When I met him it was a vulnerable time for me. I know his roomate (female) is going through a rough time. Maybe he needs to be needed. The last 2 1/2 years have been horrible. It seems crisis and trauma follow me. I hope he doesn't think I have any money. He's wasting his time if he does....I don't have any. My lawyer has it all.

I haven't reinstalled the programs yet. I just got home yesterday and will do it either tonight or tomorrow.

I found TSG through a search I did on Google. I wanted to find a support group to find out the truth. I didn't believe him and wanted it confirmed.

Wendyth

PS Did I mention he was East Indian?


----------



## wendyth (Jan 22, 2003)

Hi,

Thank you all for your support and concern. I find it overwhelming. I don't understand the danger in what he did. I see it as a breach of "Trust". I didn't consider it a criminal case.
What is so bad about it? I don't have alot of important things on my computer. Maybe he thought I did.

I've been out of town for the last few days and didn't have access to a computer. BUT the movie is still rolling. He's still calling and trying hard to be part of our life. I screen my calls and have talked to him once. Last night I went out to a movie with a friend and he phoned quite a few times. He left messages wanting to know where I was and who I was with. I couldn't believe it.

I can't figure out why he wants to include me in his harem. He's told me he wants to help. Out of the blue this guy comes into my life and wants to help us. My family doesn't help us. Why him? He thinks I work to hard with my business for the money it brings in. Plus being a single mother with no help from the ex. This is why he wants me to take the computer course. This way I can get into computers and make better money.

When I met him it was a vulnerable time for me. I know his roomate (female) is going through a rough time. Maybe he needs to be needed. The last 2 1/2 years have been horrible. It seems crisis and trauma follow me. I hope he doesn't think I have any money. He's wasting his time if he does....I don't have any. My lawyer has it all.

I haven't reinstalled the programs yet. I just got home yesterday and will do it either tonight or tomorrow.

I found TSG through a search I did on Google. I wanted to find a support group to find out the truth. I didn't believe him and wanted it confirmed.

Wendyth

PS Did I mention he was East Indian? I don't think I will get my money back. When I did talk to him he avoided an answer.


----------



## bassetman (Jun 7, 2001)

It's not so much *what* he did to your PC as it is *why*!

What is his motivation to want to know everywhere you go and who you email?

How many friends do you know that have said about some other guy "He seemed like such a nice guy!" ?

John


----------



## suzi (Dec 27, 2002)

> I don't understand the danger in what he did. I see it as a breach of "Trust". I didn't consider it a criminal case.

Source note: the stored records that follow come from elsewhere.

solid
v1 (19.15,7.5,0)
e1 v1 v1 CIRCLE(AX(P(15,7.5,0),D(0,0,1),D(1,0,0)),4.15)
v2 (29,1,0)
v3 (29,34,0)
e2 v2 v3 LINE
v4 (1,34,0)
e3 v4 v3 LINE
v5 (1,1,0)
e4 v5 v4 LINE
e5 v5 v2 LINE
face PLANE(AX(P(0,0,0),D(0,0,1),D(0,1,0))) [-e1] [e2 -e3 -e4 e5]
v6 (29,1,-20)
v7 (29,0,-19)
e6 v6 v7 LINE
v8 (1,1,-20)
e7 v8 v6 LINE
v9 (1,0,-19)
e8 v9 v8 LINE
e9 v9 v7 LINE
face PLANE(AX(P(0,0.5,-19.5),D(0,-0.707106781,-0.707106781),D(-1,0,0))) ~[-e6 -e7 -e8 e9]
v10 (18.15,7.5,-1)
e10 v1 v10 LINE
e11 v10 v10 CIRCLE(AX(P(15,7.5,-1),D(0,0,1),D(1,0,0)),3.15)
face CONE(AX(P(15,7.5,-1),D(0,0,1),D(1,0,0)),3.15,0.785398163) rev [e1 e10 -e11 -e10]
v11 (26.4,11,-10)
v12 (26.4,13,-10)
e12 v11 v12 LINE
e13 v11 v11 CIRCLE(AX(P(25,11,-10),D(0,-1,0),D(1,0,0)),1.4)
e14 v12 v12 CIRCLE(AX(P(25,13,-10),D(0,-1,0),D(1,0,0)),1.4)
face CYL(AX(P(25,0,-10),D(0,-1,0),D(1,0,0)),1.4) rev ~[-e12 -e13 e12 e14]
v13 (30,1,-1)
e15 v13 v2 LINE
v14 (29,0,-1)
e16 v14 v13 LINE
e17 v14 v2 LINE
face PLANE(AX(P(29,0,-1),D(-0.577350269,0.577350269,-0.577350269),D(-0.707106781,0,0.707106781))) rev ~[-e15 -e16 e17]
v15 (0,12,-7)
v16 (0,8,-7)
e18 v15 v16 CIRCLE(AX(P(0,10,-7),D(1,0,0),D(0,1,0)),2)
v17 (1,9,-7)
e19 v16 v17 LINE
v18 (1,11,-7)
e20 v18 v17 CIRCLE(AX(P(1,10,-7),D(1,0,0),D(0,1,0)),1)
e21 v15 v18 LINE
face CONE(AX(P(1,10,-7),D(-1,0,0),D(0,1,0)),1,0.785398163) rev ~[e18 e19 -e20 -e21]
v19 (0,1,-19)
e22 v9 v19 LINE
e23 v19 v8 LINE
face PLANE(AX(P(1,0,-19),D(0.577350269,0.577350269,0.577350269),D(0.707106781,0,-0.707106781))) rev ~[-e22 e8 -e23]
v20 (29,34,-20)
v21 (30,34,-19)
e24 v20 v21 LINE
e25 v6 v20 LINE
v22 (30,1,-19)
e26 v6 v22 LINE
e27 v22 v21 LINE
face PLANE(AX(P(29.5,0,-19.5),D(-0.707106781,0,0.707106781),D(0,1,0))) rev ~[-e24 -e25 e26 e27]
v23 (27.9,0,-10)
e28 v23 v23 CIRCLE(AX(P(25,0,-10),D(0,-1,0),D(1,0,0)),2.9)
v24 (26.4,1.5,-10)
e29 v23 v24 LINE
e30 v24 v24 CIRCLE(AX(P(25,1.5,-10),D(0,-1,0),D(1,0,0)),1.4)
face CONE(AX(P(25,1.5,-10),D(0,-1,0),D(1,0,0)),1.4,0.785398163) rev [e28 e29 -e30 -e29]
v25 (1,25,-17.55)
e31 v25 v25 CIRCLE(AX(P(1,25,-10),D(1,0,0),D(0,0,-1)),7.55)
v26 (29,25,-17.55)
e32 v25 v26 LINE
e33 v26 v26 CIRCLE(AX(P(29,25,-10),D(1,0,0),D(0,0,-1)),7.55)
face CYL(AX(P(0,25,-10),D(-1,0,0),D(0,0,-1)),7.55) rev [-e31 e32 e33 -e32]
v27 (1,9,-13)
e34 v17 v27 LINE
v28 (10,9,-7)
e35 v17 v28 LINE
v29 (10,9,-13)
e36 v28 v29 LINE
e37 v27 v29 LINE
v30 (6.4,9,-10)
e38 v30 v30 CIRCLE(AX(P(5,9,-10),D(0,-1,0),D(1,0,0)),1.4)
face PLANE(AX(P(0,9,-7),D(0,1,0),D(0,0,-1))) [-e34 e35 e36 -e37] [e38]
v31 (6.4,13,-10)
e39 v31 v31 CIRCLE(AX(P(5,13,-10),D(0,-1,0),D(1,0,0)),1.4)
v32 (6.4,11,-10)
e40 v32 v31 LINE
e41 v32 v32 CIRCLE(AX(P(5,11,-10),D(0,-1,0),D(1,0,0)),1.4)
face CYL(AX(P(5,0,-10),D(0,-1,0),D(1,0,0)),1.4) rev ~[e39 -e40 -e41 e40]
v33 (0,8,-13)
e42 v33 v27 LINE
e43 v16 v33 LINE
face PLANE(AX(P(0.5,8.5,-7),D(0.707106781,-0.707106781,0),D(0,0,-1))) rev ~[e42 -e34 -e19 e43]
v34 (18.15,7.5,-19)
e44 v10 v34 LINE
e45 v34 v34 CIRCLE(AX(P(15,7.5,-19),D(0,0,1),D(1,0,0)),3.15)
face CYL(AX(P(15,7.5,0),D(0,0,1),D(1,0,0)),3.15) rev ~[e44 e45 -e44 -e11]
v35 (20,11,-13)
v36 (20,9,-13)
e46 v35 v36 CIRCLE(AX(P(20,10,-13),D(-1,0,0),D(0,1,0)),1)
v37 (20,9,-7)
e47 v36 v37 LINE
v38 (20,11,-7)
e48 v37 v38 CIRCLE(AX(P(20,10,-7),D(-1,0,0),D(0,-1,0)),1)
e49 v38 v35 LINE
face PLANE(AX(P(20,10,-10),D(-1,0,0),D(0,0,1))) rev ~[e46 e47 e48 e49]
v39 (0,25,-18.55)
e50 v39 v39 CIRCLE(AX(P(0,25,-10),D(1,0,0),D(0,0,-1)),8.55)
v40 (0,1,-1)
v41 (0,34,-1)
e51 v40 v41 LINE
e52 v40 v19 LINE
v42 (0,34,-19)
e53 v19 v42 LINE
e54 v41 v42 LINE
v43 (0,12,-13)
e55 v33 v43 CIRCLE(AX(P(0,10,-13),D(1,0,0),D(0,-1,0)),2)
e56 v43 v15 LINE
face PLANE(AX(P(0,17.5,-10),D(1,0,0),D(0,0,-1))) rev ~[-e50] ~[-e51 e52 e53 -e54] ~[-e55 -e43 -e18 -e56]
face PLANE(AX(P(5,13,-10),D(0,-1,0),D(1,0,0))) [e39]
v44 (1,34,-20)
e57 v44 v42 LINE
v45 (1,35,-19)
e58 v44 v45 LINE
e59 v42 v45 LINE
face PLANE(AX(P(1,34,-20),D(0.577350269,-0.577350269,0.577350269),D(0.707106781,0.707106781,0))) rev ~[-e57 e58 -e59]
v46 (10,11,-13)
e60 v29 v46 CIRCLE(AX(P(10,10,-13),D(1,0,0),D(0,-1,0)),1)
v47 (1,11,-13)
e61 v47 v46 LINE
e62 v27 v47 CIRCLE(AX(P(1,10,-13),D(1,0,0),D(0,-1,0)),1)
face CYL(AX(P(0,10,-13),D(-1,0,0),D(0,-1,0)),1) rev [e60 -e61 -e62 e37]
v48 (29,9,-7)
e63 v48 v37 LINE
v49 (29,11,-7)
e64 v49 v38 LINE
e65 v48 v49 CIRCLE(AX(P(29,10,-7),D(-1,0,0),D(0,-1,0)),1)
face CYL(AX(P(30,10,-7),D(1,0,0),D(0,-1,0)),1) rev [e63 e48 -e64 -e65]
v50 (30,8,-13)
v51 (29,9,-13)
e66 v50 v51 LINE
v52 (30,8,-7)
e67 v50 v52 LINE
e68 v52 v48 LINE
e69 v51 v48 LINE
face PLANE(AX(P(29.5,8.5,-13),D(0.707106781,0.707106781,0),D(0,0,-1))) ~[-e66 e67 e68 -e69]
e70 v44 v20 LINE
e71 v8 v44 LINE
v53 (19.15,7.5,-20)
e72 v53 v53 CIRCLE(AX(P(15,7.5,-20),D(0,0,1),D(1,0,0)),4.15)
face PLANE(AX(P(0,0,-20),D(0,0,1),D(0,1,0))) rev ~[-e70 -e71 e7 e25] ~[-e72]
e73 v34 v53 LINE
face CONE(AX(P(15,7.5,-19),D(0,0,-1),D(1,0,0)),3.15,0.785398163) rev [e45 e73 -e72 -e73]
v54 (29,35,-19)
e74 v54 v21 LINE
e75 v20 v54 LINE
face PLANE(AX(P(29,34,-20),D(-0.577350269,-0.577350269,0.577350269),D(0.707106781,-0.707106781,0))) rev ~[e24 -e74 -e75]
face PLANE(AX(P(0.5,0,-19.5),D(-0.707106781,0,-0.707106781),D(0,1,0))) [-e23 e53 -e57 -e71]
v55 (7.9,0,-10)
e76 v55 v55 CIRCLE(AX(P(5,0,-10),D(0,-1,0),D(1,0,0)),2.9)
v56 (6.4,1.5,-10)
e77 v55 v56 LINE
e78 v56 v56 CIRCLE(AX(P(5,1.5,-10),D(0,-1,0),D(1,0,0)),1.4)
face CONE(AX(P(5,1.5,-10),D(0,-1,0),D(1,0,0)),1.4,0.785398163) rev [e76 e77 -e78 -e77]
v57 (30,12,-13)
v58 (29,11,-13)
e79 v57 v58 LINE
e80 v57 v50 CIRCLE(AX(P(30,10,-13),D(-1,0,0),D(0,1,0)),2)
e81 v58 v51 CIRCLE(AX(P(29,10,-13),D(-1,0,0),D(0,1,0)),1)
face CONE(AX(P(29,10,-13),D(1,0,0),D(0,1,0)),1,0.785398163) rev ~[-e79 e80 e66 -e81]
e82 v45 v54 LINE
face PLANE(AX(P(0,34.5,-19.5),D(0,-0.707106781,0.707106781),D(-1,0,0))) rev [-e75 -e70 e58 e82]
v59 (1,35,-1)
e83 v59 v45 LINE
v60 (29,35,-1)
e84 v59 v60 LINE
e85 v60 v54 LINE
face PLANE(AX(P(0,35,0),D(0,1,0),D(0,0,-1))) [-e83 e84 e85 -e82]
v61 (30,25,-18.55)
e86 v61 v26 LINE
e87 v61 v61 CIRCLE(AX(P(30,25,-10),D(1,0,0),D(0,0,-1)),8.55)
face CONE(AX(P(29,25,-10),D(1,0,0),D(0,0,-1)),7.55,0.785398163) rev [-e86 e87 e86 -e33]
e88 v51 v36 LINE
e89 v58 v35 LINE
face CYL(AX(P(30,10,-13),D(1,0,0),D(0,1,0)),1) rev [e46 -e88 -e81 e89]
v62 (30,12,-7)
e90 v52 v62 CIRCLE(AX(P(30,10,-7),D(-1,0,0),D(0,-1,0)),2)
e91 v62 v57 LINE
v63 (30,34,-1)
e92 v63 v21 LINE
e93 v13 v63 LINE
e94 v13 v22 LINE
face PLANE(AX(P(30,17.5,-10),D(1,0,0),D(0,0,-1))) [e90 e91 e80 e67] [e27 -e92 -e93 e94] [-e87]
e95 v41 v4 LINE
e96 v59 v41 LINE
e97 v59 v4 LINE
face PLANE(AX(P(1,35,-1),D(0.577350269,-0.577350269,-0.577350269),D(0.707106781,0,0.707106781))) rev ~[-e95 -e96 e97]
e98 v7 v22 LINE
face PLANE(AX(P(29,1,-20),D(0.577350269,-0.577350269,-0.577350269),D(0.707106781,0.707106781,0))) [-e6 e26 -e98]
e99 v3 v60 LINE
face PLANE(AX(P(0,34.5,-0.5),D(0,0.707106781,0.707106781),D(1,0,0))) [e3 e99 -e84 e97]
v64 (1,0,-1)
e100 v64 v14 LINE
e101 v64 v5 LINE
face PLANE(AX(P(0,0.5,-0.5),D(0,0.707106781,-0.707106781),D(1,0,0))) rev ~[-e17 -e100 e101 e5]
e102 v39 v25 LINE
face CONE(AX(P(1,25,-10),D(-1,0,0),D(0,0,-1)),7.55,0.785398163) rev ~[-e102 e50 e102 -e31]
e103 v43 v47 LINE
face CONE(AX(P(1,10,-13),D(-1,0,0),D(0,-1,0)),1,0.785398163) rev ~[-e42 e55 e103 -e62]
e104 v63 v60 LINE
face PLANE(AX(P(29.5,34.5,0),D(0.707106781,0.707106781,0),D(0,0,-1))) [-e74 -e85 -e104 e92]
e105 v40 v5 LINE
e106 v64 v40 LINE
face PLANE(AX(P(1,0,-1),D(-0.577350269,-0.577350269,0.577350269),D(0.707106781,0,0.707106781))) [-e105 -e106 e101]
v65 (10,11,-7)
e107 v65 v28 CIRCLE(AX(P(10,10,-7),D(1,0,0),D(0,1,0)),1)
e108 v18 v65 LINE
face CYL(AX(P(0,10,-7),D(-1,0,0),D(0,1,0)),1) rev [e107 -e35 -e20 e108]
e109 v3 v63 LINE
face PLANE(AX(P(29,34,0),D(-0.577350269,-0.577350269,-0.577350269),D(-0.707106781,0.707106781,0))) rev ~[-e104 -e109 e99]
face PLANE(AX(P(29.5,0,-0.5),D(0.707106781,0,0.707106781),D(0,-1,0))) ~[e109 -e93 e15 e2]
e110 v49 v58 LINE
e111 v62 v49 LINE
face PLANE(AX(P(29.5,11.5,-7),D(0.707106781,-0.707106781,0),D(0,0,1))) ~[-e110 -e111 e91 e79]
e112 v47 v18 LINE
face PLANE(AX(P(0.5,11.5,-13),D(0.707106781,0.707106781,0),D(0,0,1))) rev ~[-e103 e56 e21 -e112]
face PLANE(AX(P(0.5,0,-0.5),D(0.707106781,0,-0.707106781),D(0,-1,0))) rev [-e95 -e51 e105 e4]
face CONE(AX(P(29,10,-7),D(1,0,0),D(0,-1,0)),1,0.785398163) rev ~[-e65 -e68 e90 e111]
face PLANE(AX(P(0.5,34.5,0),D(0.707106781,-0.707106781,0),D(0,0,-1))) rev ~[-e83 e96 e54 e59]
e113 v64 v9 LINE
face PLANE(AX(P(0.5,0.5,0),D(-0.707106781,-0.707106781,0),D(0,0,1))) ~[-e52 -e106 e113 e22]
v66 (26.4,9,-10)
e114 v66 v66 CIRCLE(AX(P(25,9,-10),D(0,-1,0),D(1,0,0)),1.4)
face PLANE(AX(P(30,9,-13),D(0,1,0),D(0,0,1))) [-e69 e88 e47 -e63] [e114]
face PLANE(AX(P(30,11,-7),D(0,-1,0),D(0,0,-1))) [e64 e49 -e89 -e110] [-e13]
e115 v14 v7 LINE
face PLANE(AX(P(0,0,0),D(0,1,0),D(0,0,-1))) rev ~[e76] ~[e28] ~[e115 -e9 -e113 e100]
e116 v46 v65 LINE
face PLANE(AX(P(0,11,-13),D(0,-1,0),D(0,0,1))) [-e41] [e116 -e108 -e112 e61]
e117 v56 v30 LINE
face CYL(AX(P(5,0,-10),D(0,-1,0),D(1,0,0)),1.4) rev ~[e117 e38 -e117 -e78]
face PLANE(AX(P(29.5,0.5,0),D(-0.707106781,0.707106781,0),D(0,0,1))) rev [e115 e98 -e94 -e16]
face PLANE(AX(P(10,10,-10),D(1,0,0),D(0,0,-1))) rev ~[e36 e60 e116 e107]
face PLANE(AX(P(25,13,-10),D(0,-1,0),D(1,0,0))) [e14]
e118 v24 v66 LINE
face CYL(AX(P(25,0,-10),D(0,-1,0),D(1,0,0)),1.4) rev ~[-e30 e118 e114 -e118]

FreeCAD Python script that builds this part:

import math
import FreeCAD as App
import Part
import Sketcher
from FreeCAD import Vector
Q = App.Units.Quantity


def edges_at(feature, points):
    """Names of the edges that pass closest to the given points."""
    edges = feature.Shape.Edges
    near = lambda p: min(range(len(edges)), key=lambda i: edges[i].distToShape(Part.Vertex(*p))[0])
    return sorted({f"Edge{near(p) + 1}" for p in points})

doc = App.newDocument("Part")
body = doc.addObject("PartDesign::Body", "Body")

# Sketch on YZ plane
sketch1 = doc.addObject("Sketcher::SketchObject", "Sketch")
body.addObject(sketch1)
sketch1.AttachmentSupport = (doc.YZ_Plane, [""])
sketch1.MapMode = "FlatFace"
sketch1.addGeometry([
    Part.LineSegment(Vector(35, 0, 0), Vector(0, 0, 0)),  # 0
    Part.LineSegment(Vector(0, 0, 0), Vector(0, -20, 0)),  # 1
    Part.LineSegment(Vector(0, -20, 0), Vector(35, -20, 0)),  # 2
    Part.LineSegment(Vector(35, -20, 0), Vector(35, 0, 0)),  # 3
    Part.Circle(Vector(25, -10, 0), Vector(0, 0, 1), 8),  # 4
], False)
sketch1.addConstraint([
    Sketcher.Constraint("Coincident", 0, 2, 1, 1),
    Sketcher.Constraint("Coincident", 1, 2, 2, 1),
    Sketcher.Constraint("Coincident", 2, 2, 3, 1),
    Sketcher.Constraint("Coincident", 3, 2, 0, 1),
    Sketcher.Constraint("Horizontal", 0),
    Sketcher.Constraint("Vertical", 1),
    Sketcher.Constraint("Horizontal", 2),
    Sketcher.Constraint("Vertical", 3),
    Sketcher.Constraint("Coincident", 0, 2, -1, 1),
    Sketcher.Constraint("Diameter", 4, Q("15.1 mm")),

Your PC is your personal property. He invaded it and violated your privacy as well.

How would you feel if he came into your house and went through your private papers, checkbook etc. Or if he rearranged your household goods without your approval. I don't see any difference - same principle.

In my opinion, what he has done is a form of abuse - emotional and psychological abuse. A normal person does not do that.

I pray that you will see how dangerous this person is and put him out of your life completely.


----------



## jm100dm (May 26, 1999)

> _Originally posted by wendyth:_
> * My daughter told me he was deleting some of my programs. (spybot, Zone Alarm and a few more) Was I ever choked. Thank goodness I had changed my passwords. He couldn't get access to my site or mailbox. I asked him why he would do that it wasn't his computer. He told me those programs just mess my computer up, I don't need them. He was shocked I had them on the computer. Ghost Keylogger was gone, I don't think he got any info.
> *


Wendy,

He deleted these so that they can not be used to stop him from spying on you. I believe any reputable tech would tell you that you need a firewall (zone-alarm). Spybot had to go because using it may expose him. Till you find out for sure I would assume he is spying on you again.



> *I've been out of town for the last few days and didn't have access to a computer. BUT the movie is still rolling. He's still calling and trying hard to be part of our life. I screen my calls and have talked to him once. Last night I went out to a movie with a friend and he phoned quite a few times. He left messages wanting to know where I was and who I was with. I couldn't believe it.*


It appears to me that he is trying to control you. Who knows what he may do. I would continue to keep my distance from him. And if you haven't *stress how important to your children* that they don't let him in without your okay.



> _Originally posted by wendyth_
> *He's told me he wants to help.*


If you speak to him why not tell him the best why that he can help is to refund your money as you are not continuing his classes.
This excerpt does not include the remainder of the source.